白衣人抓着被割开的那一小块皮肉,“嗤……”一声,将女人的脸活生生地撕了一半下来。他抓了狂似的怒吼,这些都不能发泄出心里的愤怒。他抓起手推车上一把手术器具,狠狠地插向女人的头部。
“不要动!不要动!你为什么要动!你为什么不听话!啊啊啊!”鲜血迸溅满身,满脸。
白衣人每喊一声,所有锋利的器具都会被齐齐插向女人的脸上,再用力地拔出来。一下接着一下,不知道白衣人发泄了多久,在他停下来的时候,女人的脸上完全变成了血肉模糊的一片。
碎肉一块一块地瘫在头骨上,眼窝里也戳满了碎肉。剪刀,手术刀等等歪七扭八地立在上面,然而那个女人,早已断了呼吸。
白衣人大口大口地喘着粗气,惊恐地看着床上的死尸,眼泪从眼眶里汹涌而出。“为什么要动?为什么你们都不肯听话?我好伤心啊!”
他呆立在床前一会,扯下无菌帽,从床底下掏出了一把红色的烤漆电锯……
“不要过来……不要……”冷汗密密麻麻地凝聚为额头,司灼靠在椅子上扑腾着双臂,猛然睁开了双眼。

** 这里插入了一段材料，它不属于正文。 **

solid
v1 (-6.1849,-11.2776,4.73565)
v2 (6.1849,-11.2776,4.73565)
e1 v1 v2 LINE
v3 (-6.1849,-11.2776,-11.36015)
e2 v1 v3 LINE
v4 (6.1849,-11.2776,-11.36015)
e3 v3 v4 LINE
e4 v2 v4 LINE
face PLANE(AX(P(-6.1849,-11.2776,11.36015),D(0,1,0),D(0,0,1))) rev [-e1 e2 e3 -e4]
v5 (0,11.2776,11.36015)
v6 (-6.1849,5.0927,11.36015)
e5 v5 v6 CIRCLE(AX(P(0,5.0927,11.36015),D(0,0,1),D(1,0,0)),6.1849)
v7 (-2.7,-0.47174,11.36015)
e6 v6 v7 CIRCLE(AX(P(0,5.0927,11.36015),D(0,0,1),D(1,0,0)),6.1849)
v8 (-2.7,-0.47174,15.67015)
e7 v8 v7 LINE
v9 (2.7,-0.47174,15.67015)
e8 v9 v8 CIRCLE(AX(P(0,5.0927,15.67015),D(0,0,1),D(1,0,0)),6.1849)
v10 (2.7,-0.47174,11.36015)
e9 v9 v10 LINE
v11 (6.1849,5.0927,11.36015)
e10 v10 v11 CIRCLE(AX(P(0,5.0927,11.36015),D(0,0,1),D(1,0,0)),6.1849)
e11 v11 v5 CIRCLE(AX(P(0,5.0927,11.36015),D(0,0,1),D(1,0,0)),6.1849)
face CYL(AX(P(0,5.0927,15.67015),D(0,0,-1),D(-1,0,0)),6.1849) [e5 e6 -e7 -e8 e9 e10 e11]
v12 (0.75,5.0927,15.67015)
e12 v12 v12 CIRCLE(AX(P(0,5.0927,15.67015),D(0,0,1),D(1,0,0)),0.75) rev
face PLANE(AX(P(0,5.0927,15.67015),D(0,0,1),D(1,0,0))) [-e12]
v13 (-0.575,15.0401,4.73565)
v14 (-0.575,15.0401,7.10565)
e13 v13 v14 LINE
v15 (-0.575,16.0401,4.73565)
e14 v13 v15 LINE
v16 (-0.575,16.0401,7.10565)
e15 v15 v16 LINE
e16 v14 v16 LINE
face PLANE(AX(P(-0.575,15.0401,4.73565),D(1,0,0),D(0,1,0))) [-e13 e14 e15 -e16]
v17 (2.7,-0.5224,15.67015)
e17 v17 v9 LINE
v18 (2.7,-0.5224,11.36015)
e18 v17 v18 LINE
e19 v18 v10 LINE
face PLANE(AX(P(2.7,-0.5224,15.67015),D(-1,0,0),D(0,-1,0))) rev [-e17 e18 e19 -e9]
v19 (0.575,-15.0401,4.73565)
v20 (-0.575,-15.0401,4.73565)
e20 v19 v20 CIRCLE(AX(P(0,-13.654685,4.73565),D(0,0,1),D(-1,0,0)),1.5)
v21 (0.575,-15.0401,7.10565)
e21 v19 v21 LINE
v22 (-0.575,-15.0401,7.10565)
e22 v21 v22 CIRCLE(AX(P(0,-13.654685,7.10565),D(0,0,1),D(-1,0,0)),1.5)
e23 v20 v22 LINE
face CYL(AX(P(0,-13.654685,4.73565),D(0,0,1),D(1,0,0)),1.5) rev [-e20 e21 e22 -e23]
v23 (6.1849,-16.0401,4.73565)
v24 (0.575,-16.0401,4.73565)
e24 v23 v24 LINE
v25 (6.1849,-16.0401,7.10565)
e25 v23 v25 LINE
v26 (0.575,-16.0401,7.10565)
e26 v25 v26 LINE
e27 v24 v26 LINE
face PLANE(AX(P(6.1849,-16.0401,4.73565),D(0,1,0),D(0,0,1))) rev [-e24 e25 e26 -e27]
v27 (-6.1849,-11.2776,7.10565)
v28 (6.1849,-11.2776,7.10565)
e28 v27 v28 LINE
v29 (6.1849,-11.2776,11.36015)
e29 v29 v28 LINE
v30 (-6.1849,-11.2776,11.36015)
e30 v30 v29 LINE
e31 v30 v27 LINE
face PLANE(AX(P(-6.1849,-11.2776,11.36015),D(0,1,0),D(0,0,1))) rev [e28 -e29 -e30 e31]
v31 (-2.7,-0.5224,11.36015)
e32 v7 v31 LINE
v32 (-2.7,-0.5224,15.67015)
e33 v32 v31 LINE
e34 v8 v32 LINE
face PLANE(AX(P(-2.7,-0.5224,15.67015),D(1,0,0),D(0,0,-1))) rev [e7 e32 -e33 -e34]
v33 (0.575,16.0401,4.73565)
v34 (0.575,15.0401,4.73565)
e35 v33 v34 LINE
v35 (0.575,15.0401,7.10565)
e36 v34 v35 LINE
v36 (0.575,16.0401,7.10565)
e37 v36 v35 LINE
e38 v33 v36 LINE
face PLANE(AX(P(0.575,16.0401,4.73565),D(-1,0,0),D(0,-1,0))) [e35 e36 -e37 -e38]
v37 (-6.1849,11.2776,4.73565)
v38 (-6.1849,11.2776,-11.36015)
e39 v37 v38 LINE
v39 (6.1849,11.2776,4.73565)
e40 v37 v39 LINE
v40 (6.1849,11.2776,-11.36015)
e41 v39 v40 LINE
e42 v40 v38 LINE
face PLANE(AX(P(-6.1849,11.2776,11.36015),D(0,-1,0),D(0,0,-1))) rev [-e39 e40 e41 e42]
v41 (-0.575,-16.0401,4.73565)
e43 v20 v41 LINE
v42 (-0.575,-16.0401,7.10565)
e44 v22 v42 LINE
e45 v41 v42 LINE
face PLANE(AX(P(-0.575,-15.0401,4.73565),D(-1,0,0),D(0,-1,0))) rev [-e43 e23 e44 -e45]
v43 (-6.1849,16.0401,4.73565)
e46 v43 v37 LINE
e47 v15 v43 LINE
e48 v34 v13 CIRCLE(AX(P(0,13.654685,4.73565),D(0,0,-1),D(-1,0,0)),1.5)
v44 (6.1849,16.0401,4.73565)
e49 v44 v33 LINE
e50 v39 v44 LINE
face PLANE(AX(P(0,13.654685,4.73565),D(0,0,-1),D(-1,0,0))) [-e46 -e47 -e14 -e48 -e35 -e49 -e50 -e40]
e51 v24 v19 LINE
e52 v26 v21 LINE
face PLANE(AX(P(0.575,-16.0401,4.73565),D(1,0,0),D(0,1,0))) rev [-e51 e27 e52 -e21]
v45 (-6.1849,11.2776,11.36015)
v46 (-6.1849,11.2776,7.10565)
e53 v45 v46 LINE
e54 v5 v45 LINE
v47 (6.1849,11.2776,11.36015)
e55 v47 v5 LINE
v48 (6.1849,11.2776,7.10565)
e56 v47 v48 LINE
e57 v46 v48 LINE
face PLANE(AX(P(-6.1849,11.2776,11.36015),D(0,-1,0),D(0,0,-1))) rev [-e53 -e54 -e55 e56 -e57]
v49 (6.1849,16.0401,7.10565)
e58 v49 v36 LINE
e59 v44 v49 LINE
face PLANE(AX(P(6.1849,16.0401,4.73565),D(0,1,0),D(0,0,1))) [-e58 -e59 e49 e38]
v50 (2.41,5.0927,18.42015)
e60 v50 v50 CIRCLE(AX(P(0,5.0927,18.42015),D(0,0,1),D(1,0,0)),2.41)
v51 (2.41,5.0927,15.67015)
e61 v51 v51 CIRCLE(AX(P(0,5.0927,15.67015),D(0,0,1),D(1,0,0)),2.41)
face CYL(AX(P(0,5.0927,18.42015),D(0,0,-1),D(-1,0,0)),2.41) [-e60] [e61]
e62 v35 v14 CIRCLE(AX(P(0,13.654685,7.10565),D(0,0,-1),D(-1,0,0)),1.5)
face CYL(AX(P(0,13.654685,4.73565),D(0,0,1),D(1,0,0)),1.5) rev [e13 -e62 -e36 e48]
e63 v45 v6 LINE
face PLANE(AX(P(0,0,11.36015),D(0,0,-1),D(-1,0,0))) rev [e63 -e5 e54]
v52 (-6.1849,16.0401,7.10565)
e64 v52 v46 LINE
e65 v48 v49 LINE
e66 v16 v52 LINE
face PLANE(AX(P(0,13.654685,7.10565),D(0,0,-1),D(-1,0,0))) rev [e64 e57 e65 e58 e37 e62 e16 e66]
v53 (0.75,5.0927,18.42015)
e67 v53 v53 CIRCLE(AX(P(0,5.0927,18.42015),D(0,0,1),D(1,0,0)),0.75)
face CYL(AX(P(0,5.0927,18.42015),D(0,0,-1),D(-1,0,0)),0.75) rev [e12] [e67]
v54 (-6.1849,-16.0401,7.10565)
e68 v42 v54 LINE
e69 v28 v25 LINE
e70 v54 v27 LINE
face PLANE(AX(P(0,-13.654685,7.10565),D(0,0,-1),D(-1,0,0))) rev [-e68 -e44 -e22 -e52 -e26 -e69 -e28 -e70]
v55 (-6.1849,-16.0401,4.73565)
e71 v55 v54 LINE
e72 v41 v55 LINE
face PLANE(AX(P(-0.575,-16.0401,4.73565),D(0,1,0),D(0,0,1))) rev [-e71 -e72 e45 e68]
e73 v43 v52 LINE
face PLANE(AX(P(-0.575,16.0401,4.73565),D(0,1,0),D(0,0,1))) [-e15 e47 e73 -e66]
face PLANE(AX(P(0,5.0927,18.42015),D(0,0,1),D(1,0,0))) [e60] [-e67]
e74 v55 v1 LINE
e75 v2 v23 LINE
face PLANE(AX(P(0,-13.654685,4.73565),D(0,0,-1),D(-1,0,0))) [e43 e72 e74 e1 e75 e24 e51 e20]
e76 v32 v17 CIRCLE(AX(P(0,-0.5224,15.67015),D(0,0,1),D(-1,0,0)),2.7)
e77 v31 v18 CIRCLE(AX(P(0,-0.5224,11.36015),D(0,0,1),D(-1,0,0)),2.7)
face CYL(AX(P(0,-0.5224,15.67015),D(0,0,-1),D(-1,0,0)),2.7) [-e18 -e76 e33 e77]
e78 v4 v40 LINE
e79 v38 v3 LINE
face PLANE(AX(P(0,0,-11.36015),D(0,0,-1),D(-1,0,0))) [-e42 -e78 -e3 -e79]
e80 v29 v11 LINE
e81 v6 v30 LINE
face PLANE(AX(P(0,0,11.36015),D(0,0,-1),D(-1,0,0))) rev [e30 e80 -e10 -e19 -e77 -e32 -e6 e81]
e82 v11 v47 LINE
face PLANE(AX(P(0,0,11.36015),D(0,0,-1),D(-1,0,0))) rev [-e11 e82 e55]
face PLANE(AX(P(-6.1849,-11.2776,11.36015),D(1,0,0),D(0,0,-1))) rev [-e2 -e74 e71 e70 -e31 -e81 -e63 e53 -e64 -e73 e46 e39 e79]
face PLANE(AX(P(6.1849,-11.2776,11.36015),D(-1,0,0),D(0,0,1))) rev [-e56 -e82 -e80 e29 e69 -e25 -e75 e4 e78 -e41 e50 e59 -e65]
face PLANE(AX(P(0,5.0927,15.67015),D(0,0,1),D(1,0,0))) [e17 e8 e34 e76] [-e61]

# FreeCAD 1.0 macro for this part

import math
import FreeCAD as App
import Part
import Sketcher
from FreeCAD import Vector
Q = App.Units.Quantity

doc = App.newDocument("Part")
params = doc.addObject("Spreadsheet::Sheet", "Params")
for row, (alias, value) in enumerate([
    ("pad1_length", "22.7203 mm"),
    ("sketch2_radius", "1.5 mm"),
    ("sketch2_height", "1 mm"),
    ("pad2_length", "2.37 mm"),
    ("sketch3_radius", "2.7 mm"),
    ("pad3_length", "4.31 mm"),
    ("sketch4_diameter", "1.5 mm"),
    ("sketch4_diameter2", "4.82 mm"),
    ("pad4_length", "2.75 mm"),
], start=1):
    params.set(f"A{row}", alias)
    params.set(f"B{row}", "=" + value)
    params.setAlias(f"B{row}", alias)

body = doc.addObject("PartDesign::Body", "Body")

sketch1 = body.newObject("Sketcher::SketchObject", "Sketch")
sketch1.AttachmentSupport = (doc.getObject("XY_Plane"), [""])
sketch1.MapMode = "FlatFace"
sketch1.addGeometry(Part.LineSegment(Vector(-6, 11, 0), Vector(-6, -11, 0)), False)
sketch1.addGeometry(Part.LineSegment(Vector(-6, -11, 0), Vector(6, -11, 0)), False)
sketch1.addGeometry(Part.LineSegment(Vector(6, -11, 0), Vector(6, 11, 0)), False)
sketch1.addGeometry(Part.LineSegment(Vector(6, 11, 0), Vector(-6, 11, 0)), False)
sketch1.addConstraint(Sketcher.Constraint("Coincident", 0, 2, 1, 1))
sketch1.addConstraint(Sketcher.Constraint("Coincident", 1, 2, 2, 1))
sketch1.addConstraint(Sketcher.Constraint("Coincident", 2, 2, 3, 1))
sketch1.addConstraint(Sketcher.Constraint("Coincident", 3, 2, 0, 1))
sketch1.addConstraint(Sketcher.Constraint("Vertical", 0))
sketch1.addConstraint(Sketcher.Constraint("Horizontal", 1))
sketch1.addConstraint(Sketcher.Constraint("Vertical", 2))
sketch1.addConstraint(Sketcher.Constraint("Horizontal", 3))
sketch1.addConstraint(Sketcher.Constraint("Symmetric", 0, 2, 2, 2, -1, 1))
sketch1.addConstraint(Sketcher.Constraint("DistanceX", 1, 1, 1, 2, Q("12.3698 mm")))
sketch1.addConstraint(Sketcher.Constraint("DistanceY", 0, 2, 0, 1, Q("22.5552 mm")))
pad1 = body.newObject("PartDesign::Pad", "Pad")
pad1.Profile = sketch1
pad1.setExpression("Length", "Params.pad1_length")
pad1.Midplane = True

sketch2 = body.newObject("Sketcher::SketchObject", "Sketch001")
sketch2.AttachmentSupport = (doc.getObject("XY_Plane"), [""])
sketch2.MapMode = "FlatFace"
sketch2.AttachmentOffset = App.Placement(Vector(0, 0, 7.10565), App.Rotation())
sketch2.addGeometry(Part.LineSegment(Vector(-0.6, 16, 0), Vector(-6.2, 16, 0)), False)
sketch2.addGeometry(Part.LineSegment(Vector(-6.2, 16, 0), Vector(-6.2, 11.3, 0)), False)
sketch2.addGeometry(Part.LineSegment(Vector(-6.2, 11.3, 0), Vector(6.2, 11.3, 0)), False)
sketch2.addGeometry(Part.LineSegment(Vector(6.2, 11.3, 0), Vector(6.2, 16, 0)), False)
sketch2.addGeometry(Part.LineSegment(Vector(6.2, 16, 0), Vector(0.6, 16, 0)), False)
sketch2.addGeometry(Part.LineSegment(Vector(0.6, 16, 0), Vector(0.6, 15, 0)), False)
sketch2.addGeometry(Part.ArcOfCircle(Part.Circle(Vector(0, 13.7, 0), Vector(0, 0, 1), 1.5), math.radians(113), math.radians(427)), False)
sketch2.addGeometry(Part.LineSegment(Vector(-0.6, 15, 0), Vector(-0.6, 16, 0)), False)
sketch2.addConstraint(Sketcher.Constraint("Coincident", 0, 2, 1, 1))
sketch2.addConstraint(Sketcher.Constraint("Coincident", 1, 2, 2, 1))
sketch2.addConstraint(Sketcher.Constraint("Coincident", 2, 2, 3, 1))
sketch2.addConstraint(Sketcher.Constraint("Coincident", 3, 2, 4, 1))
sketch2.addConstraint(Sketcher.Constraint("Coincident", 4, 2, 5, 1))
sketch2.addConstraint(Sketcher.Constraint("Coincident", 5, 2, 6, 2))
sketch2.addConstraint(Sketcher.Constraint("Coincident", 6, 1, 7, 1))
sketch2.addConstraint(Sketcher.Constraint("Coincident", 7, 2, 0, 1))
sketch2.addConstraint(Sketcher.Constraint("Horizontal", 0))
sketch2.addConstraint(Sketcher.Constraint("Vertical", 1))
sketch2.addConstraint(Sketcher.Constraint("Horizontal", 2))
sketch2.addConstraint(Sketcher.Constraint("Vertical", 3))
sketch2.addConstraint(Sketcher.Constraint("Horizontal", 4))
sketch2.addConstraint(Sketcher.Constraint("Vertical", 5))
sketch2.addConstraint(Sketcher.Constraint("Vertical", 7))
sketch2.addConstraint(Sketcher.Constraint("Symmetric", 0, 2, 3, 2, -2))
sketch2.addConstraint(Sketcher.Constraint("Symmetric", 5, 2, 6, 1, -2))
sketch2.addConstraint(Sketcher.Constraint("Radius", 6, Q("1.5 mm")))
sketch2.addConstraint(Sketcher.Constraint("DistanceY", 5, 2, 5, 1, Q("1 mm")))
sketch2.addConstraint(Sketcher.Constraint("DistanceX", 6, 1, 5, 2, Q("1.15 mm")))
sketch2.addConstraint(Sketcher.Constraint("DistanceX", 0, 2, 0, 1, Q("5.6099 mm")))
sketch2.addConstraint(Sketcher.Constraint("DistanceY", 1, 2, 1, 1, Q("4.7625 mm")))
sketch2.addConstraint(Sketcher.Constraint("DistanceY", -1, 1, 0, 2, Q("16.0401 mm")))
sketch2.setExpression("Constraints[17]", "Params.sketch2_radius")
sketch2.setExpression("Constraints[18]", "Params.sketch2_height")
pad2 = body.newObject("PartDesign::Pad", "Pad001")
pad2.Profile = sketch2
pad2.setExpression("Length", "Params.pad2_length")
pad2.Reversed = True
doc.recompute()

mirrored = body.newObject("PartDesign::Mirrored", "Mirrored")
mirrored.Originals = [pad2]
mirrored.MirrorPlane = (doc.getObject("XZ_Plane"), [""])
body.Tip = mirrored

她捂着胸口不停地大口呼吸,甚至忘记擦去额头上的汗珠。
病房里很安静,除了窗外的风呼呼地吹动着窗帘,就只剩下仪器发出的“滴滴”声。
房间里没有开灯,但是可以清楚地看清屋里的布置。经过前一晚的事件,林烊抢救以后就被转移到了VIP病房。空间很大,司灼也是第一次见到。
林烊躺在豪华的大床上,身上盖着被子,口鼻盖戴着输氧管,他依然处于昏迷不醒的状态。床的两边全是各种医疗器械,下面是一排高档次的小立柜,上面摆放着各种水果和营养品以及药品。